Cerebras Systems, maker of the world's largest chip, announced that its CS-2 system now supports PyTorch and TensorFlow, allowing researchers to train models with billions of parameters quickly and easily.
The company's CS-2 is the world's fastest AI system and is powered by its Wafer-Scale Engine 2 (WSE-2) processor. With the release of version 1.2 of the Cerebras Software Platform (CSoft), CS-2 now supports additional machine learning frameworks that will give developers even more choice when it comes to the types of models they want to run.
Emad Barsoum, Senior Director of AI Framework at Cerebras Systems, explained in a press release how CSoft now allows developers to express models written in TensorFlow or PyTorch, saying:
“From the beginning, our goal was to seamlessly support the machine learning framework our customers wanted to write on. Our customers write in TensorFlow and PyTorch, and our software stack, CSoft, makes it possible to quickly and easily express your models in the framework of your choice. In doing so, our customers have access to the Cerebras CS-850,000's 40 AI-optimized cores and 2 gigabytes of on-chip memory."
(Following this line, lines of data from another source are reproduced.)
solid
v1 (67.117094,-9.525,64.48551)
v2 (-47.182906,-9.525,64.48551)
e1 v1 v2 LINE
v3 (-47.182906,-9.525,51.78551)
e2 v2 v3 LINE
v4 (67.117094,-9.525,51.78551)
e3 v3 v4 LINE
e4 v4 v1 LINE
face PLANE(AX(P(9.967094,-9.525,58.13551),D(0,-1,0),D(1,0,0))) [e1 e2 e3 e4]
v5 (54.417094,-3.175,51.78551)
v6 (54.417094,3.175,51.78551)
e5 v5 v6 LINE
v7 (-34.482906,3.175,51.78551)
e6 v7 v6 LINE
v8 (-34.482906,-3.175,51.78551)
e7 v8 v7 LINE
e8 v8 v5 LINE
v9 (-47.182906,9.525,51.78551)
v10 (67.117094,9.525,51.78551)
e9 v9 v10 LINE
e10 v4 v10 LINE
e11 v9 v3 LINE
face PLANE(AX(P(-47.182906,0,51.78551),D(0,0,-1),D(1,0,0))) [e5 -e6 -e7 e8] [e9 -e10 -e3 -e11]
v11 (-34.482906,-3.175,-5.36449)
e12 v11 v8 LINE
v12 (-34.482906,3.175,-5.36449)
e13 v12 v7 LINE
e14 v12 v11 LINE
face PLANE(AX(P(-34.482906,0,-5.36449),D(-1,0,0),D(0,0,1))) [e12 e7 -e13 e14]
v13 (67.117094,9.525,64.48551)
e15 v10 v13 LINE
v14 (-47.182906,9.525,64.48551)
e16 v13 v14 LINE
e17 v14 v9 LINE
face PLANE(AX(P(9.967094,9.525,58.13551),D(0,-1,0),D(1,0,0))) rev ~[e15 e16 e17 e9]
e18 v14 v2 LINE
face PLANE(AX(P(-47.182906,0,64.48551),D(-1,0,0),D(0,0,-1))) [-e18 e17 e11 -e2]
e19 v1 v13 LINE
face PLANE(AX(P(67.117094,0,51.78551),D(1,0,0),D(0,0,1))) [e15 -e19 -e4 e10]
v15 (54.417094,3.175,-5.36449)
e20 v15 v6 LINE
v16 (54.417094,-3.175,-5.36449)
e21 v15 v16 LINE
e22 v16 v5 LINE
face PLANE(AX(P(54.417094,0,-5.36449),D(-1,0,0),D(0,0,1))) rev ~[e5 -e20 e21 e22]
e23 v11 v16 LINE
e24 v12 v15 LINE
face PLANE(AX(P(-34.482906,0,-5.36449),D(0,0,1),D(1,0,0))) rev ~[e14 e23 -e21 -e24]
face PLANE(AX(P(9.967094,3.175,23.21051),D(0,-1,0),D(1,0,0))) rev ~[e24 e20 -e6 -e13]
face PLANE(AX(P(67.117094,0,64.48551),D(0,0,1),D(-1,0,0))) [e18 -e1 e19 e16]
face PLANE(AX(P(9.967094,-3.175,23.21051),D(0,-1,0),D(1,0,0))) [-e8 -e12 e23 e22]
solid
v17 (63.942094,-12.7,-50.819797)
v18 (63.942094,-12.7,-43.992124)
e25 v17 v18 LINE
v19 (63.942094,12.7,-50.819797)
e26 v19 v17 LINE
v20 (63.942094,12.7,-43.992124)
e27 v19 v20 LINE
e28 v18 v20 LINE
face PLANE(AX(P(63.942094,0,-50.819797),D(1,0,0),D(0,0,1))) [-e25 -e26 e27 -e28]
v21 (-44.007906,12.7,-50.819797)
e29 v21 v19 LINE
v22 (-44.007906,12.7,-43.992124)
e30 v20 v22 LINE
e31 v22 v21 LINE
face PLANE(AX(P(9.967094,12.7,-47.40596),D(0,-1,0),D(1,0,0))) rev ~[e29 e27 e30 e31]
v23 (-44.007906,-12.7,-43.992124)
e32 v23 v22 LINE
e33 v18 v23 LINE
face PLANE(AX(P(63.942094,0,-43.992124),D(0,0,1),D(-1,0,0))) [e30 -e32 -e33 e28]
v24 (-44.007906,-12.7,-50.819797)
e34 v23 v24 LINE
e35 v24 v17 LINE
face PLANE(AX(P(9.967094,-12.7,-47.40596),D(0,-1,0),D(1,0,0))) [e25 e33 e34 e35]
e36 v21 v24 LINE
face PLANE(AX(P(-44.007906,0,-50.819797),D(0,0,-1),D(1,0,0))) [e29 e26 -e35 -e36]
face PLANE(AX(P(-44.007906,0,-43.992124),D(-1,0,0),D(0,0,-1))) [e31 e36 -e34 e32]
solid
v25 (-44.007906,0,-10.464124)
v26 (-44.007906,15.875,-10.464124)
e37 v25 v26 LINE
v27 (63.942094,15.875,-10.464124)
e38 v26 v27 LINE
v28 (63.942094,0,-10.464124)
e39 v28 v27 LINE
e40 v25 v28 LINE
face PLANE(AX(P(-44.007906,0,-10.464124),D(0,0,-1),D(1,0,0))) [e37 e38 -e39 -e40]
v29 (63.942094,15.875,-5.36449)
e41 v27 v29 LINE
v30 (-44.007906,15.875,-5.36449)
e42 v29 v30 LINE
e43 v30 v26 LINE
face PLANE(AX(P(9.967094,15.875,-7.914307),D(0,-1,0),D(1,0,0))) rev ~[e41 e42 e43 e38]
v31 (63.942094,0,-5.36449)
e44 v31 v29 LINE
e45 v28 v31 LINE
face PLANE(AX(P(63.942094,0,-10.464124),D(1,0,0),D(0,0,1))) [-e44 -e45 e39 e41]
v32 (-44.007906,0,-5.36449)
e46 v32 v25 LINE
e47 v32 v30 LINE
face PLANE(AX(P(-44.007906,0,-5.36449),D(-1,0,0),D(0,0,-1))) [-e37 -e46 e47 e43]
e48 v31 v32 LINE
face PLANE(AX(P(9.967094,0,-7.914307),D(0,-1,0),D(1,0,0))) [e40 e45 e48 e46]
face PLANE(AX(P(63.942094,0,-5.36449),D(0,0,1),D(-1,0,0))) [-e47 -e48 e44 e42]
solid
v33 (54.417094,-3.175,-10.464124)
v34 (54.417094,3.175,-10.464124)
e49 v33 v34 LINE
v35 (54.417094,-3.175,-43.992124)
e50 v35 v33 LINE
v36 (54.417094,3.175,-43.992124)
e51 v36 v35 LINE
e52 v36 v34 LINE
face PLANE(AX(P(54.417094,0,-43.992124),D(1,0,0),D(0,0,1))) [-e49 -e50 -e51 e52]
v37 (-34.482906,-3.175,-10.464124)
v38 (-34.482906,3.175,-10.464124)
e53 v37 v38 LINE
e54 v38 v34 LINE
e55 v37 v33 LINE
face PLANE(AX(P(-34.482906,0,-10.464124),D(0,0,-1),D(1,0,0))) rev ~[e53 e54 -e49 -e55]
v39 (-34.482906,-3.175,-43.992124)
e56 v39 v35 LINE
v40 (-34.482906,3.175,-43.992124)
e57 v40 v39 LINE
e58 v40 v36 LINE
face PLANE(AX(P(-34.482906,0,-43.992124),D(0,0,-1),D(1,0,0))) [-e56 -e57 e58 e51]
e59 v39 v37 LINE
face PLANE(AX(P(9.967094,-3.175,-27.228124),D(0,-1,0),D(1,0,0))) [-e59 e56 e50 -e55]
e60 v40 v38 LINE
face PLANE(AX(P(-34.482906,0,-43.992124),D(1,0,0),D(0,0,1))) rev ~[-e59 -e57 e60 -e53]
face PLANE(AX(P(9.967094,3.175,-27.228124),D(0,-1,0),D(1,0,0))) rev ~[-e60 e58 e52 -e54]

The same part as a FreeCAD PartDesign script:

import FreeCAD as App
import Part
import Sketcher
Q = App.Units.Quantity


def add_polygon(sketch, points):
    """Adds a closed chain of lines whose ends are joined by coincident constraints."""
    first, n = sketch.GeometryCount, len(points)
    for a, b in zip(points, points[1:] + points[:1]):
        sketch.addGeometry(Part.LineSegment(App.Vector(*a, 0), App.Vector(*b, 0)), False)
    for i in range(n):
        sketch.addConstraint(Sketcher.Constraint("Coincident", first + i, 2, first + (i + 1) % n, 1))

doc = App.newDocument("Part")
params = doc.addObject("Spreadsheet::Sheet", "Params")
for row, (alias, value) in enumerate([
    ("sketch1_width", "4.5 in"),
    ("sketch1_height", "0.5 in"),
    ("pad1_length", "0.75 in"),
    ("sketch2_width", "3.5 in"),
    ("sketch2_height", "2.25 in"),
    ("sketch2_height2", "1.32 in"),
    ("pad2_length", "0.25 in"),
    ("sketch3_width", "4.25 in"),
    ("pad3_length", "1 in"),
    ("sketch4_width", "4.25 in"),
    ("pad4_length", "0.625 in"),
], start=1):
    params.set(f"A{row}", alias)
    params.set(f"B{row}", "=" + value)
    params.setAlias(f"B{row}", alias)

body = doc.addObject("PartDesign::Body", "Body")
body.AllowCompound = True

sketch1 = doc.addObject("Sketcher::SketchObject", "Sketch")
body.addObject(sketch1)
sketch1.AttachmentSupport = (doc.XZ_Plane, [""])
sketch1.MapMode = "FlatFace"
add_polygon(sketch1, [(67.117094, 64.48551), (-47.182906, 64.48551), (-47.182906, 51.78551), (67.117094, 51.78551)])
sketch1.addConstraint(Sketcher.Constraint("Horizontal", 0))
sketch1.addConstraint(Sketcher.Constraint("Vertical", 1))
sketch1.addConstraint(Sketcher.Constraint("Horizontal", 2))
sketch1.addConstraint(Sketcher.Constraint("Vertical", 3))
sketch1.addConstraint(Sketcher.Constraint("DistanceX", 0, 2, 0, 1, Q("4.5 in")))
sketch1.addConstraint(Sketcher.Constraint("DistanceY", 1, 2, 1, 1, Q("0.5 in")))
sketch1.addConstraint(Sketcher.Constraint("DistanceY", -1, 1, 0, 2, Q("64.48551 mm")))
sketch1.addConstraint(Sketcher.Constraint("DistanceX", 0, 2, -1, 1, Q("47.182906 mm")))
sketch1.setExpression("Constraints[8]", "Params.sketch1_width")
sketch1.setExpression("Constraints[9]", "Params.sketch1_height")
pad1 = doc.addObject("PartDesign::Pad", "Pad")
body.addObject(pad1)
pad1.Profile = sketch1
pad1.setExpression("Length", "Params.pad1_length")
pad1.Midplane = True

sketch2 = doc.addObject("Sketcher::SketchObject", "Sketch001")
body.addObject(sketch2)
sketch2.AttachmentSupport = (doc.XZ_Plane, [""])
sketch2.MapMode = "FlatFace"
add_polygon(sketch2, [(-34.482906, 51.78551), (-34.482906, -5.36449), (54.417094, -5.36449), (54.417094, 51.78551)])
add_polygon(sketch2, [(-34.482906, -10.464124), (-34.482906, -43.992124), (54.417094, -43.992124), (54.417094, -10.464124)])
sketch2.addConstraint(Sketcher.Constraint("Vertical", 0))
sketch2.addConstraint(Sketcher.Constraint("Horizontal", 1))
sketch2.addConstraint(Sketcher.Constraint("Vertical", 2))
sketch2.addConstraint(Sketcher.Constraint("Horizontal", 3))
sketch2.addConstraint(Sketcher.Constraint("Vertical", 4))
sketch2.addConstraint(Sketcher.Constraint("Horizontal", 5))
sketch2.addConstraint(Sketcher.Constraint("Vertical", 6))
sketch2.addConstraint(Sketcher.Constraint("Horizontal", 7))
sketch2.addConstraint(Sketcher.Constraint("Vertical", 3, 2, 4, 2))
sketch2.addConstraint(Sketcher.Constraint("Vertical", 2, 2, 5, 2))
sketch2.addConstraint(Sketcher.Constraint("DistanceX", 1, 1, 1, 2, Q("3.5 in")))
sketch2.addConstraint(Sketcher.Constraint("DistanceY", 0, 2, 0, 1, Q("2.25 in")))
sketch2.addConstraint(Sketcher.Constraint("DistanceY", 4, 2, 4, 1, Q("1.32 in")))
sketch2.addConstraint(Sketcher.Constraint("DistanceY", 0, 2, -1, 1, Q("5.36449 mm")))
sketch2.addConstraint(Sketcher.Constraint("DistanceX", 0, 2, -1, 1, Q("34.482906 mm")))
sketch2.addConstraint(Sketcher.Constraint("DistanceY", 4, 2, -1, 1, Q("43.992124 mm")))
sketch2.setExpression("Constraints[18]", "Params.sketch2_width")
sketch2.setExpression("Constraints[19]", "Params.sketch2_height")
sketch2.setExpression("Constraints[20]", "Params.sketch2_height2")
pad2 = doc.addObject("PartDesign::Pad", "Pad001")
body.addObject(pad2)
pad2.Profile = sketch2
pad2.setExpression("Length", "Params.pad2_length")
pad2.Midplane = True
body2 = doc.addObject("PartDesign::Body", "Body001")

sketch3 = doc.addObject("Sketcher::SketchObject", "Sketch002")
body2.addObject(sketch3)
sketch3.AttachmentSupport = (doc.getObject("XZ_Plane001"), [""])
sketch3.MapMode = "FlatFace"
add_polygon(sketch3, [(-44.007906, -43.992124), (-44.007906, -50.819797), (63.942094, -50.819797), (63.942094, -43.992124)])
sketch3.addConstraint(Sketcher.Constraint("Vertical", 0))
sketch3.addConstraint(Sketcher.Constraint("Horizontal", 1))
sketch3.addConstraint(Sketcher.Constraint("Vertical", 2))
sketch3.addConstraint(Sketcher.Constraint("Horizontal", 3))
sketch3.addConstraint(Sketcher.Constraint("DistanceX", 1, 1, 1, 2, Q("4.25 in")))
sketch3.addConstraint(Sketcher.Constraint("DistanceY", 0, 2, 0, 1, Q("6.827673 mm")))
sketch3.addConstraint(Sketcher.Constraint("DistanceX", 0, 2, -1, 1, Q("44.007906 mm")))
sketch3.addConstraint(Sketcher.Constraint("DistanceY", 0, 2, -1, 1, Q("50.819797 mm")))
sketch3.setExpression("Constraints[8]", "Params.sketch3_width")
pad3 = doc.addObject("PartDesign::Pad", "Pad002")
body2.addObject(pad3)
pad3.Profile = sketch3
pad3.setExpression("Length", "Params.pad3_length")
pad3.Midplane = True
body3 = doc.addObject("PartDesign::Body", "Body002")

sketch4 = doc.addObject("Sketcher::SketchObject", "Sketch003")
body3.addObject(sketch4)
sketch4.AttachmentSupport = (doc.getObject("XZ_Plane002"), [""])
sketch4.MapMode = "FlatFace"
add_polygon(sketch4, [(-44.007906, -5.36449), (-44.007906, -10.464124), (63.942094, -10.464124), (63.942094, -5.36449)])
sketch4.addConstraint(Sketcher.Constraint("Vertical", 0))
sketch4.addConstraint(Sketcher.Constraint("Horizontal", 1))
sketch4.addConstraint(Sketcher.Constraint("Vertical", 2))
sketch4.addConstraint(Sketcher.Constraint("Horizontal", 3))
sketch4.addConstraint(Sketcher.Constraint("DistanceX", 1, 1, 1, 2, Q("4.25 in")))
sketch4.addConstraint(Sketcher.Constraint("DistanceY", 0, 2, 0, 1, Q("5.099634 mm")))
sketch4.addConstraint(Sketcher.Constraint("DistanceY", 2, 2, -1, 1, Q("5.36449 mm")))
sketch4.addConstraint(Sketcher.Constraint("DistanceX", 0, 2, -1, 1, Q("44.007906 mm")))
sketch4.setExpression("Constraints[8]", "Params.sketch4_width")
pad4 = doc.addObject("PartDesign::Pad", "Pad003")
body3.addObject(pad4)
pad4.Profile = sketch4
pad4.setExpression("Length", "Params.pad4_length")
pad4.Reversed = True

doc.recompute()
Scaling large language models
CSoft version 1.2 now allows developers to write their models in the open source PyTorch or TensorFlow frameworks and run them in Cerebras CS-2 without any modification. At the same time, an AI model written for either a GPU or a CPU can be run in CSoft on CS-2 without any changes.
With the combined power of CS-2 and CSoft, developers can scale from small models like BERT to larger existing models like GPT-3.
Training large models with a GPU is difficult and time consuming, while training from scratch on new datasets often takes weeks and tens of megawatts of power on large clusters of legacy equipment. Also, as the size of the cluster increases, the power, cost, and complexity increase exponentially.
Cerebras Systems built the CS-2 to meet these challenges, and its AI system can set up even the largest models in just minutes. Because developers spend less time installing, configuring, and training their models with CS-2, they can explore more ideas in even less time.